In agreement with our hypothesis, heterologous expression of NHEJ enzymes from M. tuberculosis in E. coli cells at conditions of sgRNA-Cas9 targeting generates, with low-rate, short deletions whose right ends are always located between the PAM and the point of cleavage but whose left ends vary, suggesting that the DNA end containing PAM is more protected from mutations, probably by the bound Cas9 itself [14]. Mutations we observe in our experiments at the highly mutagenic targets and to a much lesser extent at the mutS site, generally follow that same pattern.
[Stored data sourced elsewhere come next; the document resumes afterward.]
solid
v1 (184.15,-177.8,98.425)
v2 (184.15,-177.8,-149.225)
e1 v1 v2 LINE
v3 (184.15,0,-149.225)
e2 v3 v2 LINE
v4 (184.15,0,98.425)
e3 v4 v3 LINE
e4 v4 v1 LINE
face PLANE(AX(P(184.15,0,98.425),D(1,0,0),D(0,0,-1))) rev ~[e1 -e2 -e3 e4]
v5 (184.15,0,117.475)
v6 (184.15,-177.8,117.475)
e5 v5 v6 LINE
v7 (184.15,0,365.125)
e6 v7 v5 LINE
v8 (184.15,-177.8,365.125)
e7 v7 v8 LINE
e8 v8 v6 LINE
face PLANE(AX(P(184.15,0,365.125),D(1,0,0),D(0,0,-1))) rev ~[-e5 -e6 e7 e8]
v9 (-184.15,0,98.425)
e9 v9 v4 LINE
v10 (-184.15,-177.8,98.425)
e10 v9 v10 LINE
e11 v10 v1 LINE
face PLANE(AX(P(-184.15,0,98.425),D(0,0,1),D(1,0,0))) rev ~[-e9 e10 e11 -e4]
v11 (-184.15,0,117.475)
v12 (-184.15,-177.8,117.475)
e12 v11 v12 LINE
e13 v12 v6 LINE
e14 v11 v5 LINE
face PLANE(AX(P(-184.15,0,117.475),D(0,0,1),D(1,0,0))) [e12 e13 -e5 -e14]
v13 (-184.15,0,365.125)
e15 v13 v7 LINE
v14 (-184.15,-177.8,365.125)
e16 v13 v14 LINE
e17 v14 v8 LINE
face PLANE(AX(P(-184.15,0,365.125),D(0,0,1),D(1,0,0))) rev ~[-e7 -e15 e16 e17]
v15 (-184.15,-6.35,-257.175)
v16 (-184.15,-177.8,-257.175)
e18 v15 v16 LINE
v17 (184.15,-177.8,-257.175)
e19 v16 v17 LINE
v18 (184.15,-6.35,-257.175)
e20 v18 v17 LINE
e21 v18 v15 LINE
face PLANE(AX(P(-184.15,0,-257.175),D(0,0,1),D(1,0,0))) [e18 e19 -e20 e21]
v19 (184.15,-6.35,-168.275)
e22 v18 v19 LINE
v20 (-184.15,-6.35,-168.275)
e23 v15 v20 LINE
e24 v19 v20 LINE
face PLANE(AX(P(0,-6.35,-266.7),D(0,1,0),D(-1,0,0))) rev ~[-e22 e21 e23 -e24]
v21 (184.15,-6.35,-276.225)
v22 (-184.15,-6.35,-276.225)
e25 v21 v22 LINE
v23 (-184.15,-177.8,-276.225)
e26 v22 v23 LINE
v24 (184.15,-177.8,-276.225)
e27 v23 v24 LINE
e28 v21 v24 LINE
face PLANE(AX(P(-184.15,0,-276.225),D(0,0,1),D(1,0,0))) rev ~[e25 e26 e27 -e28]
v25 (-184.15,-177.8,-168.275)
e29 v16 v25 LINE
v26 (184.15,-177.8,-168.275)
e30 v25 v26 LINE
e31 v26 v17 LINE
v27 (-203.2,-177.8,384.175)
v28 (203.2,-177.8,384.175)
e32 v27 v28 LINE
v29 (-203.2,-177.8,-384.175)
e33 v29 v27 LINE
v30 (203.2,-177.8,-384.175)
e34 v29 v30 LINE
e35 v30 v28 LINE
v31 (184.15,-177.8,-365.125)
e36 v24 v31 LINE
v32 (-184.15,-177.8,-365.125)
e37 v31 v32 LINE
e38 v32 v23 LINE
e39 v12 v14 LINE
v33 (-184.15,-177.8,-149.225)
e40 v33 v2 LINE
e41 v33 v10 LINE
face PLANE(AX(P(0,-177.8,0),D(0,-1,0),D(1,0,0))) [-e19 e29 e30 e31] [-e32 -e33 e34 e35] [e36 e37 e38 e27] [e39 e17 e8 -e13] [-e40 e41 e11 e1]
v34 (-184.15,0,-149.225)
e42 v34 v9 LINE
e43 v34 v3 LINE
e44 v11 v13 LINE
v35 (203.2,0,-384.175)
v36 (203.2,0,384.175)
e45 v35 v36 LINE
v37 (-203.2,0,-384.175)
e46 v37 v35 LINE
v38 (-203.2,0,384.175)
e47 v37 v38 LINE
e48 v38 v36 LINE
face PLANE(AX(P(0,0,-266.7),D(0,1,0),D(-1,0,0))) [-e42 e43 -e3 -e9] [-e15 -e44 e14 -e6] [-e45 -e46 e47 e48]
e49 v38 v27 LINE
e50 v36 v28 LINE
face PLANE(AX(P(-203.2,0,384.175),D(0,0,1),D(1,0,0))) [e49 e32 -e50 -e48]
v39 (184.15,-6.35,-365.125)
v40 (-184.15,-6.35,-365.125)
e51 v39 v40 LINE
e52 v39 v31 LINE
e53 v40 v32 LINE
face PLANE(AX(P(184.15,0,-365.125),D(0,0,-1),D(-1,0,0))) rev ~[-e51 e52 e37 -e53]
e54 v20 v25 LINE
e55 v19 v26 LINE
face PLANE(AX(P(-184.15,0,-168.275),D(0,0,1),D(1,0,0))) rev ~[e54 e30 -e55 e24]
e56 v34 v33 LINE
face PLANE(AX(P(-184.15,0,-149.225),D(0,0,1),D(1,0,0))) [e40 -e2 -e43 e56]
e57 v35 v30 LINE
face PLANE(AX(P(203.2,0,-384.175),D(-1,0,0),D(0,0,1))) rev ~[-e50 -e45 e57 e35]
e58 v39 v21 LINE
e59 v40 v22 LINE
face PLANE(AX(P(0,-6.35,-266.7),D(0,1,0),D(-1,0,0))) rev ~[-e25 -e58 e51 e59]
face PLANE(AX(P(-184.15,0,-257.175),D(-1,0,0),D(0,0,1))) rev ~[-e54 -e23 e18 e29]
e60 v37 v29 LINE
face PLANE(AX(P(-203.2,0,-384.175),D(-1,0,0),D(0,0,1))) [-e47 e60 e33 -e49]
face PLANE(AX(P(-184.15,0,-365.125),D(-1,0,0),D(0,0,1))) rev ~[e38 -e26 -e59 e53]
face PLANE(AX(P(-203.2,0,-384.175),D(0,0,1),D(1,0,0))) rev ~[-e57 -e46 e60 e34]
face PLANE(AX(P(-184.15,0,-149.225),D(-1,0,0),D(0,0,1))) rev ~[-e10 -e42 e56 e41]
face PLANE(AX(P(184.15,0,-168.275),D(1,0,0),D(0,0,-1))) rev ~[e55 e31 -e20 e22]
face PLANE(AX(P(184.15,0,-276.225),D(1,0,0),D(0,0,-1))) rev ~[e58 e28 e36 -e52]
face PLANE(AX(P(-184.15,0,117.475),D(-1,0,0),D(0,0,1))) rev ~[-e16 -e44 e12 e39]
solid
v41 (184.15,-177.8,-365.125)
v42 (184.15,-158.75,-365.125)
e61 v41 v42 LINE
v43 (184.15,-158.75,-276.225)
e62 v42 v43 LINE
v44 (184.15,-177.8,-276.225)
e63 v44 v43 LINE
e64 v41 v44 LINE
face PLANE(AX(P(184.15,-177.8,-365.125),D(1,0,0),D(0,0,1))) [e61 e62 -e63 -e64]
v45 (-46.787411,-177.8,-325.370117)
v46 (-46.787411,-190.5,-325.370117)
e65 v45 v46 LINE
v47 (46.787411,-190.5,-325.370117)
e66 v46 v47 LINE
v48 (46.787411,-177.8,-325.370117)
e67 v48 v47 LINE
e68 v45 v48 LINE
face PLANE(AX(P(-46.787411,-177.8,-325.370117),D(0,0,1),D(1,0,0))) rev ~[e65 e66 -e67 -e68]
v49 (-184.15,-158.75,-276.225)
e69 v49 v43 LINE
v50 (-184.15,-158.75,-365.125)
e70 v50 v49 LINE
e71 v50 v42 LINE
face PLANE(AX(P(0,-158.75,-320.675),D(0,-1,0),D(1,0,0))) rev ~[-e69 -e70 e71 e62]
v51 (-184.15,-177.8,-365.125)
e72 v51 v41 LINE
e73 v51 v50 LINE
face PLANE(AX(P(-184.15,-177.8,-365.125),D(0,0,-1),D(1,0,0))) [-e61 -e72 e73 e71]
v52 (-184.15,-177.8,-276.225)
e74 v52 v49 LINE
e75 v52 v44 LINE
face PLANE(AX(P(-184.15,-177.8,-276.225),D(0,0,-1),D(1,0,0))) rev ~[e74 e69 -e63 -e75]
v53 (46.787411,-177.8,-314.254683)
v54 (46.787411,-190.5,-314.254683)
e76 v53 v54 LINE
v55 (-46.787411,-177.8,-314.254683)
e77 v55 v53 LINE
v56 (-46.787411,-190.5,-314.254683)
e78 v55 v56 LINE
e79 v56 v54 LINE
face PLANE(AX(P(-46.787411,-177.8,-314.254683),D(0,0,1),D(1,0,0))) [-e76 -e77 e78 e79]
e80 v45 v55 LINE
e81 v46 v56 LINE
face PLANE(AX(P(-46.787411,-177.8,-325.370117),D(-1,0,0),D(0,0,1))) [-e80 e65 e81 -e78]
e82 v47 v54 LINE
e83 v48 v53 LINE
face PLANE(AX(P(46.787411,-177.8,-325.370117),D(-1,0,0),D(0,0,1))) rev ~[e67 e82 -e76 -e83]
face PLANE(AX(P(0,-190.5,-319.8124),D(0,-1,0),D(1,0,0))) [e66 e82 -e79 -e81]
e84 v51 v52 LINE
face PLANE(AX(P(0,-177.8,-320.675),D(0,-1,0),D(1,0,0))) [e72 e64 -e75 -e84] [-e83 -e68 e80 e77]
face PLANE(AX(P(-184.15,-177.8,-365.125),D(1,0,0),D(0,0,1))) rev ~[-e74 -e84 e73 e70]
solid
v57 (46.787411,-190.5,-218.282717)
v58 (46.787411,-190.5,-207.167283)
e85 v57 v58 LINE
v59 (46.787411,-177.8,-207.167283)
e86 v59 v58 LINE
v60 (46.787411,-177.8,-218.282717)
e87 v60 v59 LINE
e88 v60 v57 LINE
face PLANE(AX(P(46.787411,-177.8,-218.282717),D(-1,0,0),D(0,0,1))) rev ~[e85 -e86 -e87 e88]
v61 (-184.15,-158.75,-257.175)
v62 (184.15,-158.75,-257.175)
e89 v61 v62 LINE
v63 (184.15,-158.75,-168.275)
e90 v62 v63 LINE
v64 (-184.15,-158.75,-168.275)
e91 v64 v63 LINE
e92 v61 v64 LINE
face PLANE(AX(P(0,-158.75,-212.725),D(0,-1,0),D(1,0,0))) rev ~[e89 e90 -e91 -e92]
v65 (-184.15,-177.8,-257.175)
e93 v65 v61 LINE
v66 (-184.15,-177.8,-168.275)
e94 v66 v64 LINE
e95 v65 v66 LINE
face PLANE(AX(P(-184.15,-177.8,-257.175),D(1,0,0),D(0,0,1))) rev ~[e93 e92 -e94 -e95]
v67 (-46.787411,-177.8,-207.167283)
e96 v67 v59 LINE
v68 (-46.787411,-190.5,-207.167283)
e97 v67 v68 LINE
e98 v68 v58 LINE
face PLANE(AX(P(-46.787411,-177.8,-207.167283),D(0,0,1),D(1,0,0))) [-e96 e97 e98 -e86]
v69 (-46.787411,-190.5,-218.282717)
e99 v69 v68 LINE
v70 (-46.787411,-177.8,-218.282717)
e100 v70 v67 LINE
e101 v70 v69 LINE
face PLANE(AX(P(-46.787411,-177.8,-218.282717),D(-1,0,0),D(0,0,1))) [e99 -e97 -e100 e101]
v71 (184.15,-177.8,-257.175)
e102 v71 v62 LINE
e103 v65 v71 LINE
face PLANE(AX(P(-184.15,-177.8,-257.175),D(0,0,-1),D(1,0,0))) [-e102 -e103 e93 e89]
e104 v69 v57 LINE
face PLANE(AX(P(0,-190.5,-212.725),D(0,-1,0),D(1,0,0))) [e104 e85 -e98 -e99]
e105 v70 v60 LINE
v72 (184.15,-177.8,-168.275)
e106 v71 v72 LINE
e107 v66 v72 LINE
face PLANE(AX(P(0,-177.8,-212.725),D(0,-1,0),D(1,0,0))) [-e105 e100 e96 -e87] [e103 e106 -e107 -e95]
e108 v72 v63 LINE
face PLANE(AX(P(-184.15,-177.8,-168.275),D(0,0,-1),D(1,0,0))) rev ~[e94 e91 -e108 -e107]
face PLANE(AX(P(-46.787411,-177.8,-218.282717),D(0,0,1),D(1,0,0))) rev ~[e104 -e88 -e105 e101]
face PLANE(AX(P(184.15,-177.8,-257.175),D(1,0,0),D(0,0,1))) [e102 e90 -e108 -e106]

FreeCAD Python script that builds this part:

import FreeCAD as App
import Part
import Sketcher
from FreeCAD import Vector
Q = App.Units.Quantity

doc = App.newDocument("Part")
body = doc.addObject("PartDesign::Body", "Body")

# Sketch on XZ plane
sketch1 = doc.addObject("Sketcher::SketchObject", "Sketch")
body.addObject(sketch1)
sketch1.AttachmentSupport = (doc.XZ_Plane, [""])
sketch1.MapMode = "FlatFace"
sketch1.addGeometry([
    Part.LineSegment(Vector(-203, 384, 0), Vector(-203, -384, 0)),  # 0
    Part.LineSegment(Vector(-203, -384, 0), Vector(203, -384, 0)),  # 1
    Part.LineSegment(Vector(203, -384, 0), Vector(203, 384, 0)),  # 2
    Part.LineSegment(Vector(203, 384, 0), Vector(-203, 384, 0)),  # 3
    Part.LineSegment(Vector(-184, -365, 0), Vector(-184, -276, 0)),  # 4
    Part.LineSegment(Vector(-184, -276, 0), Vector(184, -276, 0)),  # 5
    Part.LineSegment(Vector(184, -276, 0), Vector(184, -365, 0)),  # 6
    Part.LineSegment(Vector(184, -365, 0), Vector(-184, -365, 0)),  # 7
    Part.LineSegment(Vector(-184, -257, 0), Vector(-184, -168, 0)),  # 8
    Part.LineSegment(Vector(-184, -168, 0), Vector(184, -168, 0)),  # 9
    Part.LineSegment(Vector(184, -168, 0), Vector(184, -257, 0)),  # 10
    Part.LineSegment(Vector(184, -257, 0), Vector(-184, -257, 0)),  # 11
    Part.LineSegment(Vector(-184, -149, 0), Vector(-184, 98, 0)),  # 12
    Part.LineSegment(Vector(-184, 98, 0), Vector(184, 98, 0)),  # 13
    Part.LineSegment(Vector(184, 98, 0), Vector(184, -149, 0)),  # 14
    Part.LineSegment(Vector(184, -149, 0), Vector(-184, -149, 0)),  # 15
    Part.LineSegment(Vector(-184, 117, 0), Vector(-184, 365, 0)),  # 16
    Part.LineSegment(Vector(-184, 365, 0), Vector(184, 365, 0)),  # 17
    Part.LineSegment(Vector(184, 365, 0), Vector(184, 117, 0)),  # 18
    Part.LineSegment(Vector(184, 117, 0), Vector(-184, 117, 0)),  # 19
], False)
sketch1.addConstraint([
    Sketcher.Constraint("Coincident", 0, 2, 1, 1),
    Sketcher.Constraint("Coincident", 1, 2, 2, 1),
    Sketcher.Constraint("Coincident", 2, 2, 3, 1),
    Sketcher.Constraint("Coincident", 3, 2, 0, 1),
    Sketcher.Constraint("Coincident", 4, 2, 5, 1),
    Sketcher.Constraint("Coincident", 5, 2, 6, 1),
    Sketcher.Constraint("Coincident", 6, 2, 7, 1),
    Sketcher.Constraint("Coincident", 7, 2, 4, 1),
    Sketcher.Constraint("Coincident", 8, 2, 9, 1),
    Sketcher.Constraint("Coincident", 9, 2, 10, 1),
    Sketcher.Constraint("Coincident", 10, 2, 11, 1),
    Sketcher.Constraint("Coincident", 11, 2, 8, 1),
    Sketcher.Constraint("Coincident", 12, 2, 13, 1),
    Sketcher.Constraint("Coincident", 13, 2, 14, 1),
    Sketcher.Constraint("Coincident", 14, 2, 15, 1),
    Sketcher.Constraint("Coincident", 15, 2, 12, 1),
    Sketcher.Constraint("Coincident", 16, 2, 17, 1),
    Sketcher.Constraint("Coincident", 17, 2, 18, 1),
    Sketcher.Constraint("Coincident", 18, 2, 19, 1),
    Sketcher.Constraint("Coincident", 19, 2, 16, 1),
    Sketcher.Constraint("Vertical", 0),
    Sketcher.Constraint("Horizontal", 1),
    Sketcher.Constraint("Vertical", 2),
    Sketcher.Constraint("Horizontal", 3),
    Sketcher.Constraint("Vertical", 4),
    Sketcher.Constraint("Horizontal", 5),
    Sketcher.Constraint("Vertical", 6),
    Sketcher.Constraint("Horizontal", 7),
    Sketcher.Constraint("Vertical", 8),
    Sketcher.Constraint("Horizontal", 9),
    Sketcher.Constraint("Vertical", 10),
    Sketcher.Constraint("Horizontal", 11),
    Sketcher.Constraint("Vertical", 12),
    Sketcher.Constraint("Horizontal", 13),
    Sketcher.Constraint("Vertical", 14),
    Sketcher.Constraint("Horizontal", 15),
    Sketcher.Constraint("Vertical", 16),
    Sketcher.Constraint("Horizontal", 17),
    Sketcher.Constraint("Vertical", 18),
    Sketcher.Constraint("Horizontal", 19),
    Sketcher.Constraint("Symmetric", 0, 2, 2, 2, -1, 1),
    Sketcher.Constraint("Symmetric", 6, 2, 16, 2, -1, 1),
    Sketcher.Constraint("Vertical", 7, 2, 8, 2),
    Sketcher.Constraint("Vertical", 6, 2, 9, 2),
    Sketcher.Constraint("Vertical", 11, 2, 12, 2),
    Sketcher.Constraint("Vertical", 10, 2, 13, 2),
    Sketcher.Constraint("Vertical", 15, 2, 16, 2),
If true, the proposed ‘GC-driven mutagenesis’ hypothesis would imply that in the barely mutagenic loci the DSBs are repaired in an accurate way (possibility 3, above). However, we also consider an alternative where the high GC content in the region of the R‑loop formation stabilizes the DNA–sgRNA interaction, hindering the dissociation of the sgRNA-Cas9 complex and consequently making the broken DNA ends inaccessible to repair enzymes (possibility 2). Both scenarios are not mutually exclusive. Systematic testing a higher number of sgRNAs with variable GC contents will be necessary to prove or disprove our hypothesis.

Be it as it may, with the creation of Δku and ΔligD strains reported here we demonstrate that, under appropriate growth conditions, it is possible to take advantage of endogenous error-prone repair mechanisms to inactivate targeted KT2440 genes in one step. In fact, the combination of endogenous NHEJ and CRISPR-Cas has already been successfully applied as a gene editing tool in Mycobacterium tuberculosis [41]. We also show that overexpression of NHEJ enzymes, mainly LigD, increases the variability of the mutations at the point of repair, which potentially makes this enzyme a useful addition to the one-step sgRNA–Cas9-based gene editing method, to generate a higher number of mutated allele variants for a targeted gene.